__Problem to work on__: Exactly the lines below from the one with "#207=FACE_BOUND('',#206,.T.);" up to and including the one with "#220=ADVANCED_FACE('',(#217),#219,.F.);" make up the answer, with nothing else added.

__Exercise materials__:
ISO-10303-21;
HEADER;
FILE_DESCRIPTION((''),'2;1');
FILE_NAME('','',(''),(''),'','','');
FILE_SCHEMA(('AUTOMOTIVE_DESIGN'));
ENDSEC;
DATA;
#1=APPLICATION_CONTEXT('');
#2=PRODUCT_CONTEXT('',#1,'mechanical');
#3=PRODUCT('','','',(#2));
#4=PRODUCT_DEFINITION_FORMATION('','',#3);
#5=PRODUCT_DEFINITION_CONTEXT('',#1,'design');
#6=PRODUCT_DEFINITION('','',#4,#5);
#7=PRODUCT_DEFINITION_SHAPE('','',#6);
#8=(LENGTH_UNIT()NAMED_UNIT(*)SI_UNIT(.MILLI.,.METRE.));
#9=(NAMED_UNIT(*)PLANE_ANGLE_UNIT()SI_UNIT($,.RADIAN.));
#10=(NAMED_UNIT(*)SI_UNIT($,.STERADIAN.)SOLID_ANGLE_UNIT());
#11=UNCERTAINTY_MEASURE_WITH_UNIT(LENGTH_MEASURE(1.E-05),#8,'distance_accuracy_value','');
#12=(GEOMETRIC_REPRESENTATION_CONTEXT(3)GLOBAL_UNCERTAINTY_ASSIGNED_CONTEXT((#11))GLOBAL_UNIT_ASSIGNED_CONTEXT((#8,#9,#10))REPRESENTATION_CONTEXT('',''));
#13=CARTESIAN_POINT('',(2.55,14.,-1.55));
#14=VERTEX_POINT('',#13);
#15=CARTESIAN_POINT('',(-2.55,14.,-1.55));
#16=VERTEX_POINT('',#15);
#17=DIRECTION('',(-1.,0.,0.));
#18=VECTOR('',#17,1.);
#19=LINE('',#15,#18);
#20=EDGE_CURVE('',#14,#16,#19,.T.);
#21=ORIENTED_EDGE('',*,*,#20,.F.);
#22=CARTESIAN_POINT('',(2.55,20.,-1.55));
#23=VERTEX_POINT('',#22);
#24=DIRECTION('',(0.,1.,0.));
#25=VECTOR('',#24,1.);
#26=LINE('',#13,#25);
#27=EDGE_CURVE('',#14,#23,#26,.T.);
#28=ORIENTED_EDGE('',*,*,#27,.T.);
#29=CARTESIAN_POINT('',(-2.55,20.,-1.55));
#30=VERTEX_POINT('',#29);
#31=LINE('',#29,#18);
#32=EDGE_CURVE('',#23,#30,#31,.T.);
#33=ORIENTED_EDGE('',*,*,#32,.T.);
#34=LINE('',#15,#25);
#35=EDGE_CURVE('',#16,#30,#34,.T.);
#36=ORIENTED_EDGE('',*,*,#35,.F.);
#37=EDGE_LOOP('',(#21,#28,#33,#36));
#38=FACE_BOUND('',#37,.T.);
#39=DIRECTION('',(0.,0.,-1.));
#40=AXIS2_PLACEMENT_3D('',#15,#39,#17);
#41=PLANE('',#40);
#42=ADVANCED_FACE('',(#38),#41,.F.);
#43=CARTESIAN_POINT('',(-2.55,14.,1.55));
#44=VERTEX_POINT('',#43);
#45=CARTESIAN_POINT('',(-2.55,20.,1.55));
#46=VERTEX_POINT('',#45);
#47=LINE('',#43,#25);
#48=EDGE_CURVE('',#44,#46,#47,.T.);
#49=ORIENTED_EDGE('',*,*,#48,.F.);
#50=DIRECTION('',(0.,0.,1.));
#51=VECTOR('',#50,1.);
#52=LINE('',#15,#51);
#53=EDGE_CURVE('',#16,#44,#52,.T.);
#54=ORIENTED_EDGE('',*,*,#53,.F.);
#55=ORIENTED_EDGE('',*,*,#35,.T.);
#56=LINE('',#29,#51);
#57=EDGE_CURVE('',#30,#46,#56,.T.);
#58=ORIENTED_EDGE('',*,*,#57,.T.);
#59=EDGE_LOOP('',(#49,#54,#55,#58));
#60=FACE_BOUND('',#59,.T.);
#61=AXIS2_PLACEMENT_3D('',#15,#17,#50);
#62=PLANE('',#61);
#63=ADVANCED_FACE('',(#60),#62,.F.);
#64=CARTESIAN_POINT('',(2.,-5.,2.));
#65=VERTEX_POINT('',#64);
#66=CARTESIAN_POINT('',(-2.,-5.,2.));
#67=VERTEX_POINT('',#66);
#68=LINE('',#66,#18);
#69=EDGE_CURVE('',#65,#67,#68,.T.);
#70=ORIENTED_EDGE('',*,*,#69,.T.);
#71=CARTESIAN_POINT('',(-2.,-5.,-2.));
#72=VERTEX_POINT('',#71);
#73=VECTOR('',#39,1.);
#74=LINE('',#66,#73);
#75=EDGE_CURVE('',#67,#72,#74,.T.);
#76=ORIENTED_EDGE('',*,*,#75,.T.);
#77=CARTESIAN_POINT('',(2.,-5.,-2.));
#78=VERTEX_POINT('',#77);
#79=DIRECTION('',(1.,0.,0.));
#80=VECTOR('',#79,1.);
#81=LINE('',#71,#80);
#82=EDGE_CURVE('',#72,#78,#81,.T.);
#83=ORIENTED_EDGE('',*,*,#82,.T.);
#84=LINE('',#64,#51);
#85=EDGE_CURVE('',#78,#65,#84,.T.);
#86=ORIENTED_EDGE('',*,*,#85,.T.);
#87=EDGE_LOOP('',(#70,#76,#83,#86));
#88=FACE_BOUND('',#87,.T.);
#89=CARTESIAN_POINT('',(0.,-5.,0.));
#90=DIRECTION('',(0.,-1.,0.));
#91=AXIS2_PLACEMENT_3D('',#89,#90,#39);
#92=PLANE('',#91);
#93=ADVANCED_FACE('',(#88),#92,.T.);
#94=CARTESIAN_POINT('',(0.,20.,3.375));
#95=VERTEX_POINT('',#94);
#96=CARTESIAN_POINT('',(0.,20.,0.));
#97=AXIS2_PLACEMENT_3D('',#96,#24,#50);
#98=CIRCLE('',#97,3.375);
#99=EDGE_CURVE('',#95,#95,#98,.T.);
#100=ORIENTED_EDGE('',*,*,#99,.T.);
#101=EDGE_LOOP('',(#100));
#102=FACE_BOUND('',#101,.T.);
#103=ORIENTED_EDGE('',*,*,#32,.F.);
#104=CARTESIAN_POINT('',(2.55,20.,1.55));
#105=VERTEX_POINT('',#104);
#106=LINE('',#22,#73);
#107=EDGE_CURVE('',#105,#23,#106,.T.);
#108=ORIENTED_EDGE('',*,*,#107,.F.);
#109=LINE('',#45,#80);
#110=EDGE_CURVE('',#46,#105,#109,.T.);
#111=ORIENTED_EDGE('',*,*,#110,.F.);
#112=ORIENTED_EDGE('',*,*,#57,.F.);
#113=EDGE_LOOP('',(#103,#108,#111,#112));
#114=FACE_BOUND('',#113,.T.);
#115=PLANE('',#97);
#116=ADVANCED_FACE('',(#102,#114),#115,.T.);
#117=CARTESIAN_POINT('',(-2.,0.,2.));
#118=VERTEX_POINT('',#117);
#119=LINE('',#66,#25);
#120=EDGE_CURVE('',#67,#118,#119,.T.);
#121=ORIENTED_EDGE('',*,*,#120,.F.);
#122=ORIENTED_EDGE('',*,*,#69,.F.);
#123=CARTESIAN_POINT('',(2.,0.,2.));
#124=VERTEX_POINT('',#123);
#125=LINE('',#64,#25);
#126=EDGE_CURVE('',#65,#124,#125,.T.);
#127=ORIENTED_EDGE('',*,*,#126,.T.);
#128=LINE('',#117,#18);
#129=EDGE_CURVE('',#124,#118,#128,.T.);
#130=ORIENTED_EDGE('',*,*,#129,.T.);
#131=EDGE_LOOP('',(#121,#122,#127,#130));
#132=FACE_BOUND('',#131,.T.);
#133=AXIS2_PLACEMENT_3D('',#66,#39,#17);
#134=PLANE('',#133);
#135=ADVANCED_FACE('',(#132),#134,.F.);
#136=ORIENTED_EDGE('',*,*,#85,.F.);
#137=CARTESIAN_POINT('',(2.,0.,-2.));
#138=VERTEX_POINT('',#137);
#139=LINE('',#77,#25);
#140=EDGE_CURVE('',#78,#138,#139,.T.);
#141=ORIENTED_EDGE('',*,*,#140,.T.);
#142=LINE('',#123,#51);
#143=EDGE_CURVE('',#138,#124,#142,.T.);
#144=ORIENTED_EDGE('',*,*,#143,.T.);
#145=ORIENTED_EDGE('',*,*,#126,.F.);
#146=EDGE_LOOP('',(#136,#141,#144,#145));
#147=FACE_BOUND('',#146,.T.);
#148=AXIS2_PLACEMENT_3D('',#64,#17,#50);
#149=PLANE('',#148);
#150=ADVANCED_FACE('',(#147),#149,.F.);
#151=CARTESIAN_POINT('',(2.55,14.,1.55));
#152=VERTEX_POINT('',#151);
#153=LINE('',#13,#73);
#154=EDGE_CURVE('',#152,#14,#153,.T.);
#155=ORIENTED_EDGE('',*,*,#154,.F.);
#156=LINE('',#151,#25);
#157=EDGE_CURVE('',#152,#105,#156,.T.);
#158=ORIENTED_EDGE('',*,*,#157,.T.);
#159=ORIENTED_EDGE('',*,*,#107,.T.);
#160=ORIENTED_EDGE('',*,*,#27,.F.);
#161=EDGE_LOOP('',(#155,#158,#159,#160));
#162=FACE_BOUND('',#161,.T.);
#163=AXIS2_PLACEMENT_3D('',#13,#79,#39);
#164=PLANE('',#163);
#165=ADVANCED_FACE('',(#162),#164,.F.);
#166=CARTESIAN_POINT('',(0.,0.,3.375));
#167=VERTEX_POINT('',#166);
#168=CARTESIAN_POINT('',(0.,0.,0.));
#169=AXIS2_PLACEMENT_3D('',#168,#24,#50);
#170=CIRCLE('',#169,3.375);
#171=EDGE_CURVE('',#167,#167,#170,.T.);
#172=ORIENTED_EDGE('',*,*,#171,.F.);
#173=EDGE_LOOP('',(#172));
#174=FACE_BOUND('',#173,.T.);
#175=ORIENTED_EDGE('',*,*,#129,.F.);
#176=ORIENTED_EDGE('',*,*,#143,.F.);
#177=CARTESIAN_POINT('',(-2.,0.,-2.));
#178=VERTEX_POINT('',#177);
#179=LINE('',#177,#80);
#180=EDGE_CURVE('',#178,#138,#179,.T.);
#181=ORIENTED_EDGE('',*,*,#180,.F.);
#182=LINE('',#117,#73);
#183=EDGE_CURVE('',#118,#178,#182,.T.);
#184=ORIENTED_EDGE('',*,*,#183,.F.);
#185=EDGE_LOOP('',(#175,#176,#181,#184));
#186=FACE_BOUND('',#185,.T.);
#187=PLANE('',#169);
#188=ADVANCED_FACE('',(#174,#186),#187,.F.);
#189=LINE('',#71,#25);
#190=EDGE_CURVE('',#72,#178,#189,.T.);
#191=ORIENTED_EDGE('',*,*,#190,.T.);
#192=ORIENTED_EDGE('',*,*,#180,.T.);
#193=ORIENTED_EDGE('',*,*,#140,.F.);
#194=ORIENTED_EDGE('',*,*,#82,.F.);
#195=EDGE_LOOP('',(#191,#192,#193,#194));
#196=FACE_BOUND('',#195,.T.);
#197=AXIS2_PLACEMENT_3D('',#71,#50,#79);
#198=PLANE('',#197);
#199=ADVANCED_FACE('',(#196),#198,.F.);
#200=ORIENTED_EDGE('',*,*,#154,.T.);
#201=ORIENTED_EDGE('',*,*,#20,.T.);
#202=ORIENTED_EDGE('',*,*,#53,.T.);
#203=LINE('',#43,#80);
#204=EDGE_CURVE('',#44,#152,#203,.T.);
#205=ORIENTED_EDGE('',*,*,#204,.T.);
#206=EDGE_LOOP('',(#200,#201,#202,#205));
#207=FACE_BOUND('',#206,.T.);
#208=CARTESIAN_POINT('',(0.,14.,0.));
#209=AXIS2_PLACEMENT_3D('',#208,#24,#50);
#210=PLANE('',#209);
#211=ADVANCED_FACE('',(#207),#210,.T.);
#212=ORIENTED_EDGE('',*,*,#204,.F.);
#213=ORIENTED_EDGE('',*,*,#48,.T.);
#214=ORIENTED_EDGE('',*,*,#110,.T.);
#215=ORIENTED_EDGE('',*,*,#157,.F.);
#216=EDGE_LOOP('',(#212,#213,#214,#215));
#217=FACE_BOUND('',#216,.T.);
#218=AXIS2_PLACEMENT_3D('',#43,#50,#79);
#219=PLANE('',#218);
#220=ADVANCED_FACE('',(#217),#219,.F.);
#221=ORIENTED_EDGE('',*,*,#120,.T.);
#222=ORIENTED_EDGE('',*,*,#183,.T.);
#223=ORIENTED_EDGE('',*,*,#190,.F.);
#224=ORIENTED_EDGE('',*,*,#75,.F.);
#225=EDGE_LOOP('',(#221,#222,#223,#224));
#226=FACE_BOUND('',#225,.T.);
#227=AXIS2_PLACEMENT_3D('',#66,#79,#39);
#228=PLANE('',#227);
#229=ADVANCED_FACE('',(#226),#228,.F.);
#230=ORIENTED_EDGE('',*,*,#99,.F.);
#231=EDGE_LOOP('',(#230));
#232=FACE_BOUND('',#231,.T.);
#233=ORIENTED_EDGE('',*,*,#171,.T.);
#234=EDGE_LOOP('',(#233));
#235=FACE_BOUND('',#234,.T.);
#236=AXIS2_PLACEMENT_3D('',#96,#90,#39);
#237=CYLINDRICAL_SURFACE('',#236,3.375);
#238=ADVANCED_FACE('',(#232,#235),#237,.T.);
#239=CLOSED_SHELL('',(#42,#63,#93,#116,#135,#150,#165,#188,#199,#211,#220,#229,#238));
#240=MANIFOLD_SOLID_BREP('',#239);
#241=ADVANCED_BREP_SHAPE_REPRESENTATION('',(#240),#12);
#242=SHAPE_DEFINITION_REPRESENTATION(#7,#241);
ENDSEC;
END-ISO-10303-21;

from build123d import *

# Parameters (mm, degrees)
SKETCH1_R           = 3.375
BOSS_EXTRUDE1_DEPTH = 20
SKETCH3_W           = 5.1
SKETCH3_H           = 3.1
CUT_EXTRUDE2_DEPTH  = 6
SKETCH2_W           = 4
SKETCH2_H           = 4
BOSS_EXTRUDE2_DEPTH = 5


with BuildPart() as part:
    # Sketch1 → Boss-Extrude1 (new body)
    with BuildSketch(Plane(origin=(0, 0, 0), x_dir=(1, 0, 0), z_dir=(0, 1, 0))):
        with Locations(Location((0, 0, 0), (0, 0, 270))):
            Circle(SKETCH1_R)
    extrude(amount=BOSS_EXTRUDE1_DEPTH)

    # Sketch3 → Cut-Extrude2 (cut)
    with BuildSketch(Plane(origin=(0, 20, 0), x_dir=(1, 0, 0), z_dir=(0, 1, 0))):
        Rectangle(SKETCH3_W, SKETCH3_H)
    extrude(amount=-CUT_EXTRUDE2_DEPTH, mode=Mode.SUBTRACT)

    # Sketch2 → Boss-Extrude2 (add)
    with BuildSketch(Plane(origin=(0, 0, 0), x_dir=(-1, 0, 0), z_dir=(0, -1, 0))):
        Rectangle(SKETCH2_W, SKETCH2_H)
    extrude(amount=BOSS_EXTRUDE2_DEPTH)


solid = part.part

__Task response__:
#207=FACE_BOUND('',#206,.T.);
#208=CARTESIAN_POINT('',(0.,14.,0.));
#209=AXIS2_PLACEMENT_3D('',#208,#24,#50);
#210=PLANE('',#209);
#211=ADVANCED_FACE('',(#207),#210,.T.);
#212=ORIENTED_EDGE('',*,*,#204,.F.);
#213=ORIENTED_EDGE('',*,*,#48,.T.);
#214=ORIENTED_EDGE('',*,*,#110,.T.);
#215=ORIENTED_EDGE('',*,*,#157,.F.);
#216=EDGE_LOOP('',(#212,#213,#214,#215));
#217=FACE_BOUND('',#216,.T.);
#218=AXIS2_PLACEMENT_3D('',#43,#50,#79);
#219=PLANE('',#218);
#220=ADVANCED_FACE('',(#217),#219,.F.);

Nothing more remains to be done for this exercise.